▶ **Assignment**:
Return only that part of the material below which starts with the line containing "f 167 172 171" and goes on through the line containing "f 32 31 191", restated exactly.

▶ **Records provided**:
+++

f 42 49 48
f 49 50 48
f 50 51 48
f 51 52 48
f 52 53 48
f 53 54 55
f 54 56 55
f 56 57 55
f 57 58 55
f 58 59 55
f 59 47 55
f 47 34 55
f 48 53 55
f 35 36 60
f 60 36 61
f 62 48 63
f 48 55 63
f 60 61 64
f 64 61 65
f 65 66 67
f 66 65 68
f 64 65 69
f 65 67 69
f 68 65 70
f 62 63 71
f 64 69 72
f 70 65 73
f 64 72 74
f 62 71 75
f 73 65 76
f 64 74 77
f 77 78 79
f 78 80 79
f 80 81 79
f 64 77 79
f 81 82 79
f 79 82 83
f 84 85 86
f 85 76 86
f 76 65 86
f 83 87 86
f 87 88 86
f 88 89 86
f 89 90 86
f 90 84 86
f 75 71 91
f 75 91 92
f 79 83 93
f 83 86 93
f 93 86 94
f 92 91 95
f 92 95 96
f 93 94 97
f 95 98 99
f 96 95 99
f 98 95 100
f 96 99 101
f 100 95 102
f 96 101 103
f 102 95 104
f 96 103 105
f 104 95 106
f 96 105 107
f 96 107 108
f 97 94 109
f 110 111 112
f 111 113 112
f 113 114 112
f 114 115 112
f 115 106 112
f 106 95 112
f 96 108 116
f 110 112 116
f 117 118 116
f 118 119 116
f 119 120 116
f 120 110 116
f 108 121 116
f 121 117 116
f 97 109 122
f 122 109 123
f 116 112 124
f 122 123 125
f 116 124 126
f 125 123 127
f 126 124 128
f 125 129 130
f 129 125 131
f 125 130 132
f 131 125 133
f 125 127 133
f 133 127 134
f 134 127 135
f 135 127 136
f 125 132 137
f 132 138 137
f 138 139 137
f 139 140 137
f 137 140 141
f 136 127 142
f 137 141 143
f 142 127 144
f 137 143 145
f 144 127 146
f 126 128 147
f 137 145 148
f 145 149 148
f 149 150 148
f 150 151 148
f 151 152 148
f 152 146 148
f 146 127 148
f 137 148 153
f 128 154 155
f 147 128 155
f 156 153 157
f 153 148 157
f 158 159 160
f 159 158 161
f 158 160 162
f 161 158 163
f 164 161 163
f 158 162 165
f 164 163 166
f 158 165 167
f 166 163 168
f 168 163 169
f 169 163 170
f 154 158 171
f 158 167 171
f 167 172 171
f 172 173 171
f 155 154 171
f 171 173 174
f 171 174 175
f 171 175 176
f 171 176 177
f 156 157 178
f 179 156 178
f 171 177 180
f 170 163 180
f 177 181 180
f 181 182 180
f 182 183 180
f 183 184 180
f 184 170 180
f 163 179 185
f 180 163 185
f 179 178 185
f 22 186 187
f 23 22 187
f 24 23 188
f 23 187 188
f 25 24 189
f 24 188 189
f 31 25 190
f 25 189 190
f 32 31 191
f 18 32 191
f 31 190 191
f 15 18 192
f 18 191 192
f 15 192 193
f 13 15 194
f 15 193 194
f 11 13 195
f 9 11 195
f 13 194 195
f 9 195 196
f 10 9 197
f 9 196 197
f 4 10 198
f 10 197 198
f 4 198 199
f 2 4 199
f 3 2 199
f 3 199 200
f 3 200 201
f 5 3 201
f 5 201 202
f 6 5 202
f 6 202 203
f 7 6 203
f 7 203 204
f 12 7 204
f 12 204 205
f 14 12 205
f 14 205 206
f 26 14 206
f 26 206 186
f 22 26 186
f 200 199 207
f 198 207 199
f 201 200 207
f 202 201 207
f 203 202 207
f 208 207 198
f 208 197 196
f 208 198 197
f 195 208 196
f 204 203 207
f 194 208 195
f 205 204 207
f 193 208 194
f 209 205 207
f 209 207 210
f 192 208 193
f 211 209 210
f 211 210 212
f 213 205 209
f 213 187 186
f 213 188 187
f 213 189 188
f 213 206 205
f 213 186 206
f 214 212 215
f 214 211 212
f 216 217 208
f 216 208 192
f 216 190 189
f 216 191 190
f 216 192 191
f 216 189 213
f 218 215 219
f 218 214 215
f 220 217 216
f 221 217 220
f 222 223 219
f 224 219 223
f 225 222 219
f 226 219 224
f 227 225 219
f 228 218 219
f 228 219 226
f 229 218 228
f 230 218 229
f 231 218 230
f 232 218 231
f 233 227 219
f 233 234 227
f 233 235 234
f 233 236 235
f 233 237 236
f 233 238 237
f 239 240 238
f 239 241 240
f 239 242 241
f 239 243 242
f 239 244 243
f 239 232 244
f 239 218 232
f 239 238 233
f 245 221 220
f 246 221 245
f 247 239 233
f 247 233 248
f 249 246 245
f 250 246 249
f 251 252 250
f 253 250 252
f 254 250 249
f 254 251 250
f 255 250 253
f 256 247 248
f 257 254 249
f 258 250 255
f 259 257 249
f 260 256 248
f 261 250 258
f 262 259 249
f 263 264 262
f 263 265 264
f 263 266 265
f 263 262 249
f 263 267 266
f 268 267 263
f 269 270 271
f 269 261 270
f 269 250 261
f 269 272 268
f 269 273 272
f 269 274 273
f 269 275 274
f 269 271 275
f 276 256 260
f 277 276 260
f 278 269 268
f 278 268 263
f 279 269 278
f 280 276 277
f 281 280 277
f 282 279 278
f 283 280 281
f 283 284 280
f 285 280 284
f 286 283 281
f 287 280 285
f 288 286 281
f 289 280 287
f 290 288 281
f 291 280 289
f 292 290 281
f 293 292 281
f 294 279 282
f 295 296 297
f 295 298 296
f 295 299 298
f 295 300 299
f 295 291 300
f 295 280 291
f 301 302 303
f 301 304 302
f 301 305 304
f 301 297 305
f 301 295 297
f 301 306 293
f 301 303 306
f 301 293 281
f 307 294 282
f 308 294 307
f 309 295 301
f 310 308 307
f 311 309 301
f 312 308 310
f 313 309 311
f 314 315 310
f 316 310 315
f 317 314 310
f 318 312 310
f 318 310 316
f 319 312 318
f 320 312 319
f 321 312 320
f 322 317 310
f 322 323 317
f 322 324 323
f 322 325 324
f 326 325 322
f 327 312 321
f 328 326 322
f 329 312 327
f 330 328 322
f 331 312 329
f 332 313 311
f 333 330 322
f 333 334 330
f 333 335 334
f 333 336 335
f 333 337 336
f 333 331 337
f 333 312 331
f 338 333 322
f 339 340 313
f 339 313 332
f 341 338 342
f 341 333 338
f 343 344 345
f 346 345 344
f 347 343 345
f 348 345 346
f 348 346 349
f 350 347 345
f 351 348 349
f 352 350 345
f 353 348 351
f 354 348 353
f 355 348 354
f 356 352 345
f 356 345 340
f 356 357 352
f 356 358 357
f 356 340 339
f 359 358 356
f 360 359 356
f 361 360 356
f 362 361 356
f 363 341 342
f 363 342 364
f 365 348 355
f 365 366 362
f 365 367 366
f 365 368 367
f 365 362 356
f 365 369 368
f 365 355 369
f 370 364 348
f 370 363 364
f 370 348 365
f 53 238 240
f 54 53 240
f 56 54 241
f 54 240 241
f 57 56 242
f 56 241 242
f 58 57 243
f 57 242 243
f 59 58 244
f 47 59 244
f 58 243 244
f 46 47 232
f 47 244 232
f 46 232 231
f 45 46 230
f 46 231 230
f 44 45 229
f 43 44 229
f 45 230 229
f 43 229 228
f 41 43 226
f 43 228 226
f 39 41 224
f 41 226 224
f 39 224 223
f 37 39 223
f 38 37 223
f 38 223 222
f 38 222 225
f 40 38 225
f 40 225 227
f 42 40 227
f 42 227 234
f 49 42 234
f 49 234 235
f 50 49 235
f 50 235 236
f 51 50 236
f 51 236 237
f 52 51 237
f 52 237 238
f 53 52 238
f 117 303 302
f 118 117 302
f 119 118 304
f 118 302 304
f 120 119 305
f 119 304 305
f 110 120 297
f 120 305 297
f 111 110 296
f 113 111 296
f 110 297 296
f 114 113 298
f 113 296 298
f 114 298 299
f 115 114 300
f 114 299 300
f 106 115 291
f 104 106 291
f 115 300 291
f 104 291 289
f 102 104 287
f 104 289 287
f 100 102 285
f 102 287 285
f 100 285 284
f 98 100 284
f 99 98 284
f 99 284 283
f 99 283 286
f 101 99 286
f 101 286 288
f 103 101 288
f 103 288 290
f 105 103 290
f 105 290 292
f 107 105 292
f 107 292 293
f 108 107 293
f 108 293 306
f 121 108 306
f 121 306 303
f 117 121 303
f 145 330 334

+++

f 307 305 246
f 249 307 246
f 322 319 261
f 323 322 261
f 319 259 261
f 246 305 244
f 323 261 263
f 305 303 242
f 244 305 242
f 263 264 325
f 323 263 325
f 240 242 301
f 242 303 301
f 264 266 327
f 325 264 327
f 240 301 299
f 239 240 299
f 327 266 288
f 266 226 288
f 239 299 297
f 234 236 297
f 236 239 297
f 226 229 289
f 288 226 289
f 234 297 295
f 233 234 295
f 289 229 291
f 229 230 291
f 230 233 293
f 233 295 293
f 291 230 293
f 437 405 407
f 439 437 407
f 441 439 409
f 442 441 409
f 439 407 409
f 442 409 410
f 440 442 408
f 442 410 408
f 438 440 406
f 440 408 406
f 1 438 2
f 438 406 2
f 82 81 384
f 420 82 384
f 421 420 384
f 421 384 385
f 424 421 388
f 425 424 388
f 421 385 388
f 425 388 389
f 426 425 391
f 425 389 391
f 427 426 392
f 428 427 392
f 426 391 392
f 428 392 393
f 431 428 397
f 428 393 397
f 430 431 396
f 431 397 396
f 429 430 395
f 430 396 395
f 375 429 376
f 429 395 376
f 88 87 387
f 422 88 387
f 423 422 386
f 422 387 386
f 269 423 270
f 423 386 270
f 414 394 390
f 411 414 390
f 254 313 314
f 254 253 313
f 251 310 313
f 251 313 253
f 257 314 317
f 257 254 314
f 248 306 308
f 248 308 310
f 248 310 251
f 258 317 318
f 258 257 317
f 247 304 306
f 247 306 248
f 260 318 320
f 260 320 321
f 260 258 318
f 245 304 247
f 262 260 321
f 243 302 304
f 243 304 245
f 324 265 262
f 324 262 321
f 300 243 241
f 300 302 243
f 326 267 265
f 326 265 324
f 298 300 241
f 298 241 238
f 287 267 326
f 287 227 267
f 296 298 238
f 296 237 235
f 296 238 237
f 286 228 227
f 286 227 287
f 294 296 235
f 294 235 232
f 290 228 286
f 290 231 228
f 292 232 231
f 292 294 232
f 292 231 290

+++

▶ **Response to this task**:
f 167 172 171
f 172 173 171
f 155 154 171
f 171 173 174
f 171 174 175
f 171 175 176
f 171 176 177
f 156 157 178
f 179 156 178
f 171 177 180
f 170 163 180
f 177 181 180
f 181 182 180
f 182 183 180
f 183 184 180
f 184 170 180
f 163 179 185
f 180 163 185
f 179 178 185
f 22 186 187
f 23 22 187
f 24 23 188
f 23 187 188
f 25 24 189
f 24 188 189
f 31 25 190
f 25 189 190
f 32 31 191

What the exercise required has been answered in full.